Work instruction: Each line of the entries below that includes "revolve" belongs in your answer.

Material for this task:
##########
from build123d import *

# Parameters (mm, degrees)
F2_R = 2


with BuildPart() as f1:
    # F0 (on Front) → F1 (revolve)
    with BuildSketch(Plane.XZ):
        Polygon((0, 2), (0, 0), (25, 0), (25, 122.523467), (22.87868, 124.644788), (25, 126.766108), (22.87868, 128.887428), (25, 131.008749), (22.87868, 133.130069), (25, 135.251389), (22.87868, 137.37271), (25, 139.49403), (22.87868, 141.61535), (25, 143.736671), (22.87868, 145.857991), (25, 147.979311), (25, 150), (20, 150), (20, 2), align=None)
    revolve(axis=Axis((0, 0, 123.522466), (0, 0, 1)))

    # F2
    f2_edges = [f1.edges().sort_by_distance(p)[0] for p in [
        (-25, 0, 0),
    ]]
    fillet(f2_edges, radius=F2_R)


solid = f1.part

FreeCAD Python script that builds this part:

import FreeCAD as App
import Part
import Sketcher
from FreeCAD import Vector


def edges_at(feature, points):
    """Names of the edges that pass closest to the given points."""
    edges = feature.Shape.Edges
    near = lambda p: min(range(len(edges)), key=lambda i: edges[i].distToShape(Part.Vertex(*p))[0])
    return sorted({f"Edge{near(p) + 1}" for p in points})

doc = App.newDocument("Part")
params = doc.addObject("Spreadsheet::Sheet", "Params")
for row, (alias, value) in enumerate([
    ("sketch1_width", "25 mm"),
    ("sketch1_width2", "5 mm"),
    ("sketch1_height", "2 mm"),
    ("sketch1_height2", "148 mm"),
    ("sketch1_length", "3 mm"),
    ("revolution_angle", "360 deg"),
    ("fillet_radius", "2 mm"),
], start=1):
    params.set(f"A{row}", alias)
    params.set(f"B{row}", "=" + value)
    params.setAlias(f"B{row}", alias)

body = doc.addObject("PartDesign::Body", "Body")

# Sketch on XZ plane
sketch1 = doc.addObject("Sketcher::SketchObject", "Sketch")
body.addObject(sketch1)
sketch1.AttachmentSupport = (doc.XZ_Plane, [""])
sketch1.MapMode = "FlatFace"
sketch1.addGeometry([
    Part.LineSegment(Vector(0, 2, 0), Vector(0, 0, 0)),  # 0
    Part.LineSegment(Vector(0, 0, 0), Vector(25, 0, 0)),  # 1
    Part.LineSegment(Vector(25, 0, 0), Vector(25, 122.5, 0)),  # 2
    Part.LineSegment(Vector(25, 122.5, 0), Vector(22.9, 124.6, 0)),  # 3
    Part.LineSegment(Vector(22.9, 124.6, 0), Vector(25, 126.8, 0)),  # 4
    Part.LineSegment(Vector(25, 126.8, 0), Vector(22.9, 128.9, 0)),  # 5
    Part.LineSegment(Vector(22.9, 128.9, 0), Vector(25, 131, 0)),  # 6
    Part.LineSegment(Vector(25, 131, 0), Vector(22.9, 133.1, 0)),  # 7
    Part.LineSegment(Vector(22.9, 133.1, 0), Vector(25, 135.3, 0)),  # 8
    Part.LineSegment(Vector(25, 135.3, 0), Vector(22.9, 137.4, 0)),  # 9
    Part.LineSegment(Vector(22.9, 137.4, 0), Vector(25, 139.5, 0)),  # 10
    Part.LineSegment(Vector(25, 139.5, 0), Vector(22.9, 141.6, 0)),  # 11
    Part.LineSegment(Vector(22.9, 141.6, 0), Vector(25, 143.7, 0)),  # 12
    Part.LineSegment(Vector(25, 143.7, 0), Vector(22.9, 145.9, 0)),  # 13
    Part.LineSegment(Vector(22.9, 145.9, 0), Vector(25, 148, 0)),  # 14
    Part.LineSegment(Vector(25, 148, 0), Vector(25, 150, 0)),  # 15
    Part.LineSegment(Vector(25, 150, 0), Vector(20, 150, 0)),  # 16
    Part.LineSegment(Vector(20, 150, 0), Vector(20, 2, 0)),  # 17
    Part.LineSegment(Vector(20, 2, 0), Vector(0, 2, 0)),  # 18
], False)
sketch1.addConstraint([
    Sketcher.Constraint("Coincident", 0, 2, 1, 1),
    Sketcher.Constraint("Coincident", 1, 2, 2, 1),
    Sketcher.Constraint("Coincident", 2, 2, 3, 1),
    Sketcher.Constraint("Coincident", 3, 2, 4, 1),
    Sketcher.Constraint("Coincident", 4, 2, 5, 1),
    Sketcher.Constraint("Coincident", 5, 2, 6, 1),
    Sketcher.Constraint("Coincident", 6, 2, 7, 1),
    Sketcher.Constraint("Coincident", 7, 2, 8, 1),
    Sketcher.Constraint("Coincident", 8, 2, 9, 1),
    Sketcher.Constraint("Coincident", 9, 2, 10, 1),
    Sketcher.Constraint("Coincident", 10, 2, 11, 1),
    Sketcher.Constraint("Coincident", 11, 2, 12, 1),
    Sketcher.Constraint("Coincident", 12, 2, 13, 1),
    Sketcher.Constraint("Coincident", 13, 2, 14, 1),
    Sketcher.Constraint("Coincident", 14, 2, 15, 1),
    Sketcher.Constraint("Coincident", 15, 2, 16, 1),
    Sketcher.Constraint("Coincident", 16, 2, 17, 1),
    Sketcher.Constraint("Coincident", 17, 2, 18, 1),
    Sketcher.Constraint("Coincident", 18, 2, 0, 1),
    Sketcher.Constraint("Vertical", 0),
    Sketcher.Constraint("Horizontal", 1),
    Sketcher.Constraint("Vertical", 2),
    Sketcher.Constraint("Vertical", 15),
    Sketcher.Constraint("Horizontal", 16),
    Sketcher.Constraint("Vertical", 17),
    Sketcher.Constraint("Horizontal", 18),
    Sketcher.Constraint("Coincident", 0, 2, -1, 1),
    Sketcher.Constraint("Perpendicular", 3, 4),
    Sketcher.Constraint("Perpendicular", 4, 5),
    Sketcher.Constraint("Perpendicular", 5, 6),
    Sketcher.Constraint("Perpendicular", 6, 7),
    Sketcher.Constraint("Perpendicular", 7, 8),
    Sketcher.Constraint("Perpendicular", 8, 9),
    Sketcher.Constraint("Perpendicular", 9, 10),
    Sketcher.Constraint("Perpendicular", 10, 11),
    Sketcher.Constraint("Perpendicular", 11, 12),
    Sketcher.Constraint("Perpendicular", 12, 13),
    Sketcher.Constraint("Perpendicular", 13, 14),
    Sketcher.Constraint("Vertical", 2, 2, 4, 2),
    Sketcher.Constraint("Vertical", 3, 2, 5, 2),
    Sketcher.Constraint("Vertical", 4, 2, 6, 2),
    Sketcher.Constraint("Vertical", 5, 2, 7, 2),
    Sketcher.Constraint("Vertical", 6, 2, 8, 2),
    Sketcher.Constraint("Vertical", 7, 2, 9, 2),
    Sketcher.Constraint("Vertical", 8, 2, 10, 2),
    Sketcher.Constraint("Vertical", 9, 2, 11, 2),
    Sketcher.Constraint("Vertical", 10, 2, 12, 2),
    Sketcher.Constraint("Vertical", 11, 2, 13, 2),
    Sketcher.Constraint("Vertical", 12, 2, 14, 2),
    Sketcher.Constraint("Equal", 3, 4),
    Sketcher.Constraint("DistanceX", 1, 1, 1, 2, 25.0),
    Sketcher.Constraint("DistanceX", 16, 2, 16, 1, 5.0),
    Sketcher.Constraint("DistanceY", 0, 2, 0, 1, 2.0),
    Sketcher.Constraint("DistanceY", 17, 2, 17, 1, 148.0),
    Sketcher.Constraint("Distance", 3, 3.0),
    Sketcher.Constraint("DistanceY", 15, 1, 15, 2, 2.020689),
])
sketch1.setExpression("Constraints[50]", "Params.sketch1_width")
sketch1.setExpression("Constraints[51]", "Params.sketch1_width2")
sketch1.setExpression("Constraints[52]", "Params.sketch1_height")
sketch1.setExpression("Constraints[53]", "Params.sketch1_height2")
sketch1.setExpression("Constraints[54]", "Params.sketch1_length")
revolution = doc.addObject("PartDesign::Revolution", "Revolution")
body.addObject(revolution)
revolution.Profile = sketch1
revolution.ReferenceAxis = (sketch1, ["V_Axis"])
revolution.setExpression("Angle", "Params.revolution_angle")
doc.recompute()

fillet = doc.addObject("PartDesign::Fillet", "Fillet")
body.addObject(fillet)
fillet.Base = (revolution, edges_at(revolution, [(-25, 0, 0)]))
fillet.setExpression("Radius", "Params.fillet_radius")

doc.recompute()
##########
Result:
    # F0 (on Front) → F1 (revolve)
    revolve(axis=Axis((0, 0, 123.522466), (0, 0, 1)))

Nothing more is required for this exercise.